It's no mystery that when it comes to good beats and great people, Ed Banger comes straight to our minds. So when we heard that the French label's SebastiAn, who's been with the electro house gang since 2005, was releasing
Total, his very first EP, we jumped at the opportunity to get the full scoop. Pre-order the standard or deluxe versions of
Total on iTunes before it officially drops in digital format tomorrow 5/31!
Sofia Cavallo: A lot of the tracks off the new album are less hard-hitting, raw and distorted than your older songs. The new ones sound funkier and more melodic, but still retain that distinct Ed Banger kick. Does this hold true for the whole album?
SebastiAn: Not quite. I think the album is defined by the range of styles I've worked with since arriving at Ed Banger.
SC: What have you been listening to lately that could have influenced Total?
S.: A little bit of everything. From Lightning Bolt to Carmen McRae, from experimental to pop music, from hard to sweet stuff.
SC: The video for "Embody" is so cool. How did you and So Me come up with the concept, and how did you find Shamari, the kid in the video? He's incredible!
S.: The idea was pretty simple. We just wanted to represent the track with a person as an allegory for the music. We cast a lot of kids and we found the perfect guy exactly as we had imagined: Shamari Berkley. We also didn't want just a hip hop dancer, but someone with all the moves, from classic to contemporary -- from Fred Astaire to Prince. Shamari was perfect for this.
SC: SebastiAn fans have been aching for this album to drop for years now. Is there anything in particular that you were waiting for or wanted to perfect before releasing it?
S.: After the return of what some call "the French touch," everything started sounding the same to me, so I took my time to go into different sound directions. Also, while I was finishing up my album, Romain Gavras asked me to make the soundtrack of his film, Our Day Will Come.
I thought it would take one or two months maximum, but it took a lot longer.
SC: What's your favorite track on the album?
S.: Probably "Ross Ross Ross" because it's one of the first songs I ever made with Ed Banger. Or "Love in Motion" because it's a different style for me, and I like to change it up sometimes. It was also cool because it was an easy song to produce -- I had gone to Amsterdam to play in a club and that very afternoon, I met Mayer Hawthorne by chance on the street. I asked him if he wanted to sing to the track, he said yes and sent me the vocals a week later. It's really nice when things happen that easily.
SC: And how did you and MIA start talking about doing a song together?

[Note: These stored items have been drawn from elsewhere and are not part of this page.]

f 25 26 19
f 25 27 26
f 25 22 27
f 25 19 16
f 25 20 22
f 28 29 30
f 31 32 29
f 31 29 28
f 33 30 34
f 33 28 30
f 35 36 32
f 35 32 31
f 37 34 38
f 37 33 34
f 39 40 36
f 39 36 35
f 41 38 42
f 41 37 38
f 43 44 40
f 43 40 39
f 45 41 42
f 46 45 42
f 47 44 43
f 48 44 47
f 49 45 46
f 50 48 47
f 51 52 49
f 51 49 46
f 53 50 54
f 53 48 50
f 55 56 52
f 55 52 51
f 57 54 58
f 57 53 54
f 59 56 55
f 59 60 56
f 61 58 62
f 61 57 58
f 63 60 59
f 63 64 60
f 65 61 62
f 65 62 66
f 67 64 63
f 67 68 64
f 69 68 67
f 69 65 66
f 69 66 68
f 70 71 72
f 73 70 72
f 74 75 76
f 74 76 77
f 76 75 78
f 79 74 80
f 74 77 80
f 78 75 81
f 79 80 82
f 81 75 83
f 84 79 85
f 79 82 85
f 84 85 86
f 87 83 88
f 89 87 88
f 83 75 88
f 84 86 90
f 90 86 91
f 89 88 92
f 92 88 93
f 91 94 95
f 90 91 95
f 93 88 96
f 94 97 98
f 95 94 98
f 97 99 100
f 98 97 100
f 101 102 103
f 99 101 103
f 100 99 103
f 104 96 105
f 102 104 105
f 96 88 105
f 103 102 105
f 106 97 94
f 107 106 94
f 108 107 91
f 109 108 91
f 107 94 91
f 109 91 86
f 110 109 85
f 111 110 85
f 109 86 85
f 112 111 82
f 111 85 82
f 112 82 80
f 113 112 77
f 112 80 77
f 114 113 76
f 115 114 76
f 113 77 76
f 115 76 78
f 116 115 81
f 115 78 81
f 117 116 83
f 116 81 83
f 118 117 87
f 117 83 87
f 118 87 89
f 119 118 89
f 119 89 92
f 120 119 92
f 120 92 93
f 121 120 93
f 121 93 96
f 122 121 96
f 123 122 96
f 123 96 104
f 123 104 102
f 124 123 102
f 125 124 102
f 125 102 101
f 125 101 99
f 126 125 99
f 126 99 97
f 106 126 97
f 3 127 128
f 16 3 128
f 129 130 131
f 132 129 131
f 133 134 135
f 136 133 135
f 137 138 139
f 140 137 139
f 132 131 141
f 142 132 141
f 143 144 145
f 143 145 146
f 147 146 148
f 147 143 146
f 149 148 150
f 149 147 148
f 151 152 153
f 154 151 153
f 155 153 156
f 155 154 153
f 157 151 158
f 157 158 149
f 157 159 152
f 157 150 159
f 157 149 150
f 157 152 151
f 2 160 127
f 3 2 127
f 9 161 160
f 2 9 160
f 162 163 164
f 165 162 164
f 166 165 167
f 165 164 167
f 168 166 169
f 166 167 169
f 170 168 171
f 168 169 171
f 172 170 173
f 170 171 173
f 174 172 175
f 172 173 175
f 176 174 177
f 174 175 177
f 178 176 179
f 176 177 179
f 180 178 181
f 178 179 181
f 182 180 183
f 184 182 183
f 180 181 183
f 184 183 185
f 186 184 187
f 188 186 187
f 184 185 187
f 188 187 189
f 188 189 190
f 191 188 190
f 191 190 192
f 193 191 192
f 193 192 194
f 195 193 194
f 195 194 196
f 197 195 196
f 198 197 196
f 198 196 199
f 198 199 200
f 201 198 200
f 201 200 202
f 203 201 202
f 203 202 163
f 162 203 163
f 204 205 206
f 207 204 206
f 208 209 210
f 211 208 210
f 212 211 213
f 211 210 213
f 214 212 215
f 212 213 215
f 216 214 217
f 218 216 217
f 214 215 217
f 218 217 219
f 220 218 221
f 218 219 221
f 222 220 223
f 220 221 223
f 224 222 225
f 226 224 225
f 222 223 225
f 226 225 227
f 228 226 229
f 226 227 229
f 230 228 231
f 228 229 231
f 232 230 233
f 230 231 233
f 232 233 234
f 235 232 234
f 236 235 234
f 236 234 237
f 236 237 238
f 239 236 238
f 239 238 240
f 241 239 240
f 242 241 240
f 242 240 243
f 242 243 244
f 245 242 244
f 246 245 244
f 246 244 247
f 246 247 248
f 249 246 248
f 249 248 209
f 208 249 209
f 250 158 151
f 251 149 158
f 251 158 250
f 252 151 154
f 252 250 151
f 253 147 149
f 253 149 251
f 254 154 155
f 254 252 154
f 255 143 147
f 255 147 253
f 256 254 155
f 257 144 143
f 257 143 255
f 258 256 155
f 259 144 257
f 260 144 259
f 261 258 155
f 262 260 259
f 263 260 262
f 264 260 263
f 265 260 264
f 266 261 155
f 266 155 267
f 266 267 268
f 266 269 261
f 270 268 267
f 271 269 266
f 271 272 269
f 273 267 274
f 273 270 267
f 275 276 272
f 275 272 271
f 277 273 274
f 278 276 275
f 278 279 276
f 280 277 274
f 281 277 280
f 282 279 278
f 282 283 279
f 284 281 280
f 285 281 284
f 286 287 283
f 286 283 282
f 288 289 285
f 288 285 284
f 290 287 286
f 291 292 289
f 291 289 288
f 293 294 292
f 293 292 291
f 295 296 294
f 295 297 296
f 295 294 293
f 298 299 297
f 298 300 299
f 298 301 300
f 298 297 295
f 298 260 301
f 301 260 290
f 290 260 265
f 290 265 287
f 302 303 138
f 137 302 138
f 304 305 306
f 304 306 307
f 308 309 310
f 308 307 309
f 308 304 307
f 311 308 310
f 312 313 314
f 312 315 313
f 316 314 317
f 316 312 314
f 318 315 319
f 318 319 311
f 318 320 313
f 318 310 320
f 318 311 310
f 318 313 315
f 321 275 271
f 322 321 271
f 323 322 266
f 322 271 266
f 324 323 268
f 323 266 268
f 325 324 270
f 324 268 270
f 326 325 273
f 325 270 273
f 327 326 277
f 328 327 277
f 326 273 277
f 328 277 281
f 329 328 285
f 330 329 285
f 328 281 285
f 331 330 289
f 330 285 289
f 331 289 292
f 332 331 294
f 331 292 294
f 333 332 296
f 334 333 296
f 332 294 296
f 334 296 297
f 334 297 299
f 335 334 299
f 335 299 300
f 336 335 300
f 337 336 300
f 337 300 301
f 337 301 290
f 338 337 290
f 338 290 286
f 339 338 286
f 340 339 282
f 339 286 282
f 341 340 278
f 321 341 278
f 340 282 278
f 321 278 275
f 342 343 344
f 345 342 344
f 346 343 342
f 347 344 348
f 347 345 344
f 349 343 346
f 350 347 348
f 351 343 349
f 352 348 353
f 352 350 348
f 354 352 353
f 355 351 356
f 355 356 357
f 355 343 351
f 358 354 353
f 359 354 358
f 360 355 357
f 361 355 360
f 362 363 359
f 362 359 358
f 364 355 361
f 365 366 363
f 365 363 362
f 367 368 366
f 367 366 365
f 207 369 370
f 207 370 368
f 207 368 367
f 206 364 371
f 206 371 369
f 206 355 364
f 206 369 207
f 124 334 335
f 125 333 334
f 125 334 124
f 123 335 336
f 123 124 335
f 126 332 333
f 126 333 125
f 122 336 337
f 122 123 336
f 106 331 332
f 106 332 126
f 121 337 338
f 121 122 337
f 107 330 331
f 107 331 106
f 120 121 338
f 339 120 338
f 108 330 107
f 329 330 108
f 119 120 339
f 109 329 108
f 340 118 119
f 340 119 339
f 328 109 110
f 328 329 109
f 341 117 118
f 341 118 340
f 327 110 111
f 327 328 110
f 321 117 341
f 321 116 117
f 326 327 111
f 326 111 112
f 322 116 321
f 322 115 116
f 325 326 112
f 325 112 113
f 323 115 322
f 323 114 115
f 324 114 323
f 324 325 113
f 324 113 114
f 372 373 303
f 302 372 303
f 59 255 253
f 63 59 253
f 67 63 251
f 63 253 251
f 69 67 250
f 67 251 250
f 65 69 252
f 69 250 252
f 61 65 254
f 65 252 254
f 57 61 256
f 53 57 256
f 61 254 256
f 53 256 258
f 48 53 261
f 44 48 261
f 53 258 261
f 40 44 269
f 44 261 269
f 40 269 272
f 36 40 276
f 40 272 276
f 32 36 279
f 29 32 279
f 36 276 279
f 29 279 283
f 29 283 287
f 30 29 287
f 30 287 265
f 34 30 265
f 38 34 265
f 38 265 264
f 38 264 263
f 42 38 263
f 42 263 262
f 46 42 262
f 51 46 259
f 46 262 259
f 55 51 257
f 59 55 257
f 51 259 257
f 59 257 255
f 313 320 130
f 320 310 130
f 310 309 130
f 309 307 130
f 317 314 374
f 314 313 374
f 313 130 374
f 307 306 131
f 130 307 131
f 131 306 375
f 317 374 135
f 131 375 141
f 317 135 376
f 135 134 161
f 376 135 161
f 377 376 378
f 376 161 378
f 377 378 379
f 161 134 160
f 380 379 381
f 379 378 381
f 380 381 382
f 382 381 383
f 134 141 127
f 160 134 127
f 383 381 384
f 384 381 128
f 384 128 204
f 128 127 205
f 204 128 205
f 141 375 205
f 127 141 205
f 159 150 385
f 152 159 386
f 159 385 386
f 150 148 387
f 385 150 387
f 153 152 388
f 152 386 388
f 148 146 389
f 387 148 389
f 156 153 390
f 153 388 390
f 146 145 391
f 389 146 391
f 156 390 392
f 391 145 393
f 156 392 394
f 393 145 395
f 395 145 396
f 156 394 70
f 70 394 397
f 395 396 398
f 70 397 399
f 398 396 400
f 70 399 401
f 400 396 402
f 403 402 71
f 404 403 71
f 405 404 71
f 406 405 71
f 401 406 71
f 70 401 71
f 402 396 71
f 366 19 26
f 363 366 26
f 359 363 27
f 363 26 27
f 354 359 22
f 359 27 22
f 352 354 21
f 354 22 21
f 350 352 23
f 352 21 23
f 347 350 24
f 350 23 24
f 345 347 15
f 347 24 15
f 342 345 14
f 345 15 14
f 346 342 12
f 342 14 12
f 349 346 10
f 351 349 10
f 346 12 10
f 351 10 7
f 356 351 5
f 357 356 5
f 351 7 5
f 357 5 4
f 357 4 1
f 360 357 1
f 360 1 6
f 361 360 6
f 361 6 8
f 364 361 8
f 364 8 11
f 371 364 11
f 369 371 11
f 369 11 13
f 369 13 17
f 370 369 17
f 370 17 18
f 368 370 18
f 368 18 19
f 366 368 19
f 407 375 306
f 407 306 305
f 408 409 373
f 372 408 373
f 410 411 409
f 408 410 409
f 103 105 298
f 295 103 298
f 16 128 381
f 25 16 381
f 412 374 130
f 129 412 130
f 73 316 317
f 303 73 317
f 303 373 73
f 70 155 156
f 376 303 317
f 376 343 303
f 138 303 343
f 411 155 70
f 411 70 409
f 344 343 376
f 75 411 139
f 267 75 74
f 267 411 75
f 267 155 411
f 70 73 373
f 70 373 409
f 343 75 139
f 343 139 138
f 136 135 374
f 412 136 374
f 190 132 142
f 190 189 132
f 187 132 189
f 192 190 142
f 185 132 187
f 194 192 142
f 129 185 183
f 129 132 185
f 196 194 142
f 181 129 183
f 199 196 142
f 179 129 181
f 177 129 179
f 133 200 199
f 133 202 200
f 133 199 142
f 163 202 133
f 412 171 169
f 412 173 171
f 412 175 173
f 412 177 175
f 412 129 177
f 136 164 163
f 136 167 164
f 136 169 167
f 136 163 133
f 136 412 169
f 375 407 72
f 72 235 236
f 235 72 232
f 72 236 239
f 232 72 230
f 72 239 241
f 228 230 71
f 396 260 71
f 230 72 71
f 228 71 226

S.: I met Maya a few years ago on tour with Daft Punk and Kavinsky, and we stayed in touch. When I was working on Romain Gavras' soundtrack, he was also making her video for "Born Free," so it wasn't very hard to ask if she wanted to sing on the track. She said yes, I went to London, and we recorded it in maybe three hours. As with Mayer, it was simple and quick -- really cool to me.
SC: Can you tell us about the cover art and album art in general?
S.: The cover is kind of a "serious joke" about artists and the rapport they have with their ego. I also wanted a change from the Ed Banger style full of colors and all that. Pedro knew J.B. Mondino, so we asked to him to do this because he's really good with black and white photos.
SC: At 15, you were involved in a hip hop group, Cercle Vicieux. But most of the material you've worked with at Ed Banger is in the indie/post-punk vein, except for Kelis and maybe Nadiya. Would you say that you've grown out of hip hop?
S.: The hip hop at the time when I started out was very interesting. DJ Premier's tracks and what Timbaland was was doing for Missy Elliott were really exciting to me because of how they were being produced. But as I said, I'm not coming from a particular genre of music, I've always been curious about all styles. This might come across in the tracks I make.
SC: What's it like touring with the Ed Banger crew? Who's the worst packer out of all of you?
S.: Maybe because of Pedro, it's fun like a school holiday. And the worst packer is Uffie, of course, simply because she always has two or three suitcases -- even if it's just for one show.
SC: Finally, what are your favorite spots in Paris?
S.: An old school restaurant call La Poule in the center of Paris. I've been going there since I was 13. It's simple, traditional French food, and it's open almost all night, which isn't bad.